Como está custando caro ao País o governo de Bolsonaro, eleito em grande medida por rejeição ao lulopetismo. Um governo que opera no “modo desespero” eleitoral e que, ao fazê-lo, gera, com ajuda de parte do Congresso Nacional, uma terrível herança para 2023 e adiante. Situações difíceis não significam inexistência de opções. Mas é preciso sinalizá-las, sobretudo dado o contexto que, por razões internacionais e domésticas cada vez mais visíveis, tende a ser o mais difícil quadriênio dos tais “últimos 20 anos”.
Por isso reitero, adaptando o gênero, o que escrevi neste espaço em 8 de abril de 2018: “O Brasil precisa de um candidato(a) de centro, honesto(a), experiente, que não tenha ilusões – pelo contrário, que conheça bem a real situação das contas públicas do País (governo federal, Estados e muitos municípios); o drama da educação; a tragédia da corrupção e da violência urbana. E que tenha refletido e se cercado de pessoas experientes, tecnicamente competentes, que conheçam a máquina pública e seus corporativismos; e que sejam capazes de vislumbrar o País no mundo e não fechado em seu labirinto. É querer demais? Talvez, mas o Brasil está a exigir nada menos do que isso: tanto no Executivo como no Legislativo, gente que saiba para que deseja ser eleito(a), o que pensa em fazer – e, principalmente, comprometida com um Estado mais eficiente, a serviço dos brasileiros – e que venha a ser, por estes, percebido(a) como tal”.
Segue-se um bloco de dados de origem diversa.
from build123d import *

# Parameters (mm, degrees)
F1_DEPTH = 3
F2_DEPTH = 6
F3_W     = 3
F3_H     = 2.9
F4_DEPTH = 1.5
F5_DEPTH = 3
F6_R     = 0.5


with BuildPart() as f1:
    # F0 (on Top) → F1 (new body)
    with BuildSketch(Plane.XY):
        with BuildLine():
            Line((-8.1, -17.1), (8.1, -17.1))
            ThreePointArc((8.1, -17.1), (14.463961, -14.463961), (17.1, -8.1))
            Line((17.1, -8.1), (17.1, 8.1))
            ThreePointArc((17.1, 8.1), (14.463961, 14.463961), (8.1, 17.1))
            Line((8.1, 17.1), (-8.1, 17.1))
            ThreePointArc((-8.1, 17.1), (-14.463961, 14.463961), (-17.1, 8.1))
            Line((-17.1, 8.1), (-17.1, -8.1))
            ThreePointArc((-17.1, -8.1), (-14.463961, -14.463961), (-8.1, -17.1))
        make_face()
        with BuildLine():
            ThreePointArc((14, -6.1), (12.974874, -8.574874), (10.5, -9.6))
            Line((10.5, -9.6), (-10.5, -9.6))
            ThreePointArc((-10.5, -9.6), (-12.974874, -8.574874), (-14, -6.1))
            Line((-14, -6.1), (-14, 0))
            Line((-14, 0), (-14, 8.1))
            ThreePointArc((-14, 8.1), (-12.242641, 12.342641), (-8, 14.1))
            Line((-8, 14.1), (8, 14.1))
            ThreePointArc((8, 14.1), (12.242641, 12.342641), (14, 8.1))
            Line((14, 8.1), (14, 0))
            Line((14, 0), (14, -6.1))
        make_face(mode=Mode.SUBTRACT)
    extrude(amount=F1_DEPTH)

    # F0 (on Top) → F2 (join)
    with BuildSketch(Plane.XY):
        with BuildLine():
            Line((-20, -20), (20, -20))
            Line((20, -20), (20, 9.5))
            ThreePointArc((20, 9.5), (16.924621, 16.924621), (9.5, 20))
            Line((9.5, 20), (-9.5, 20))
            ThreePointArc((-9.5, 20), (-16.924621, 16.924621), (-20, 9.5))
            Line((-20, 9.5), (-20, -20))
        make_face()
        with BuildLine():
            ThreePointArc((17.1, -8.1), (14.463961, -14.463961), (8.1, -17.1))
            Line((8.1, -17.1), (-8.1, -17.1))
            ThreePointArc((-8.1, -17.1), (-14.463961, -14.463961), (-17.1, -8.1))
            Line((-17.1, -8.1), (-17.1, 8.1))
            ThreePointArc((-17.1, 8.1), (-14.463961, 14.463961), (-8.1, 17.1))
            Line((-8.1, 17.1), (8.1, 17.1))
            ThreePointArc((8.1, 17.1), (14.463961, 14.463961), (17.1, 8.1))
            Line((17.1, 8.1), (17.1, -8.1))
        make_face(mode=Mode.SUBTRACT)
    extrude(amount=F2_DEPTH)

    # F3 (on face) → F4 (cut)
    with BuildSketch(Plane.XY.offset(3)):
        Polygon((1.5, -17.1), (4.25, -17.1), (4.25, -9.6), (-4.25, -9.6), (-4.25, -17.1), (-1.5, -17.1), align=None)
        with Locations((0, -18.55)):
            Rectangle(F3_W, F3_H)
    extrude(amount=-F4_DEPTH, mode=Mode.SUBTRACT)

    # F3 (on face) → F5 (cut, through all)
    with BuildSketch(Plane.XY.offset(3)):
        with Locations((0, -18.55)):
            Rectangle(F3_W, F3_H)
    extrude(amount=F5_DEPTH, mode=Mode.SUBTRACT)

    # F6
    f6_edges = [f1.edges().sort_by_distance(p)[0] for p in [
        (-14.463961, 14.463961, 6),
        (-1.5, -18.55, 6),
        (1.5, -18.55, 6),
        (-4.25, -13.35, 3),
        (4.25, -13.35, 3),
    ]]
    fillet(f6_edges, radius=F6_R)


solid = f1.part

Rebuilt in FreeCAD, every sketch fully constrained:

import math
import FreeCAD as App
import Part
import Sketcher

V = App.Vector


def edges_at(feature, points):
    """Names of the edges that pass closest to the given points."""
    edges = feature.Shape.Edges
    near = lambda p: min(range(len(edges)), key=lambda i: edges[i].distToShape(Part.Vertex(*p))[0])
    return sorted({f"Edge{near(p) + 1}" for p in points})

doc = App.newDocument("Part")
params = doc.addObject("Spreadsheet::Sheet", "Params")
for row, (alias, value) in enumerate([
    ("sketch1_radius", "9 mm"),
    ("sketch1_radius2", "5.999999 mm"),
    ("sketch1_radius3", "3.499999 mm"),
    ("sketch1_width", "21 mm"),
    ("sketch1_width2", "16.2 mm"),
    ("pad1_length", "3 mm"),
    ("sketch2_radius", "9 mm"),
    ("sketch2_radius2", "10.500001 mm"),
    ("sketch2_width", "40 mm"),
    ("sketch2_width2", "16.2 mm"),
    ("sketch2_height", "29.5 mm"),
    ("pad2_length", "6 mm"),
    ("sketch3_width", "3 mm"),
    ("sketch3_width2", "8.5 mm"),
    ("sketch3_height", "7.5 mm"),
    ("sketch3_height2", "2.9 mm"),
    ("pocket1_length", "1.5 mm"),
    ("sketch4_width", "3 mm"),
    ("sketch4_height", "2.9 mm"),
    ("fillet_radius", "0.5 mm"),
], start=1):
    params.set(f"A{row}", alias)
    params.set(f"B{row}", "=" + value)
    params.setAlias(f"B{row}", alias)

body = doc.addObject("PartDesign::Body", "Body")

# Sketch on XY plane
sketch1 = doc.addObject("Sketcher::SketchObject", "Sketch")
body.addObject(sketch1)
sketch1.AttachmentSupport = (doc.XY_Plane, [""])
sketch1.MapMode = "FlatFace"
sketch1.addGeometry(Part.LineSegment(V(-8.1, -17.1, 0), V(8.1, -17.1, 0)), False)
sketch1.addGeometry(Part.ArcOfCircle(Part.Circle(V(8.1, -8.1, 0), V(0, 0, 1), 9), math.radians(-90), math.radians(0)), False)
sketch1.addGeometry(Part.LineSegment(V(17.1, -8.1, 0), V(17.1, 8.1, 0)), False)
sketch1.addGeometry(Part.ArcOfCircle(Part.Circle(V(8.1, 8.1, 0), V(0, 0, 1), 9), math.radians(0), math.radians(90)), False)
sketch1.addGeometry(Part.LineSegment(V(8.1, 17.1, 0), V(-8.1, 17.1, 0)), False)
sketch1.addGeometry(Part.ArcOfCircle(Part.Circle(V(-8.1, 8.1, 0), V(0, 0, 1), 9), math.radians(90), math.radians(180)), False)
sketch1.addGeometry(Part.LineSegment(V(-17.1, 8.1, 0), V(-17.1, -8.1, 0)), False)
sketch1.addGeometry(Part.ArcOfCircle(Part.Circle(V(-8.1, -8.1, 0), V(0, 0, 1), 9), math.radians(-180), math.radians(-90)), False)
sketch1.addGeometry(Part.LineSegment(V(14, 8.1, 0), V(14, -6.1, 0)), False)
sketch1.addGeometry(Part.ArcOfCircle(Part.Circle(V(10.5, -6.1, 0), V(0, 0, 1), 3.5), math.radians(-90), math.radians(0)), False)
sketch1.addGeometry(Part.LineSegment(V(10.5, -9.6, 0), V(-10.5, -9.6, 0)), False)
sketch1.addGeometry(Part.ArcOfCircle(Part.Circle(V(-10.5, -6.1, 0), V(0, 0, 1), 3.5), math.radians(180), math.radians(270)), False)
sketch1.addGeometry(Part.LineSegment(V(-14, -6.1, 0), V(-14, 8.1, 0)), False)
sketch1.addGeometry(Part.ArcOfCircle(Part.Circle(V(-8, 8.1, 0), V(0, 0, 1), 6), math.radians(90), math.radians(180)), False)
sketch1.addGeometry(Part.LineSegment(V(-8, 14.1, 0), V(8, 14.1, 0)), False)
sketch1.addGeometry(Part.ArcOfCircle(Part.Circle(V(8, 8.1, 0), V(0, 0, 1), 6), math.radians(0), math.radians(90)), False)
sketch1.addConstraint(Sketcher.Constraint("Tangent", 0, 2, 1, 1))
sketch1.addConstraint(Sketcher.Constraint("Tangent", 1, 2, 2, 1))
sketch1.addConstraint(Sketcher.Constraint("Tangent", 2, 2, 3, 1))
sketch1.addConstraint(Sketcher.Constraint("Tangent", 3, 2, 4, 1))
sketch1.addConstraint(Sketcher.Constraint("Tangent", 4, 2, 5, 1))
sketch1.addConstraint(Sketcher.Constraint("Tangent", 5, 2, 6, 1))
sketch1.addConstraint(Sketcher.Constraint("Tangent", 6, 2, 7, 1))
sketch1.addConstraint(Sketcher.Constraint("Tangent", 7, 2, 0, 1))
O Brasil é por demais complexo, diversificado, múltiplo e criativo. Dispõe de muita gente competente, que recusa a inevitabilidade da polarização lulopetismo x bolsonarismo, que identifica outras possibilidades de voto no primeiro turno – e, com elas, importantes recados a dar por intermédio das urnas. Não com abstenções, mas com comparecimento e cuidado, inclusive nas outras escolhas, para governador e, particularmente, para os cargos legislativos.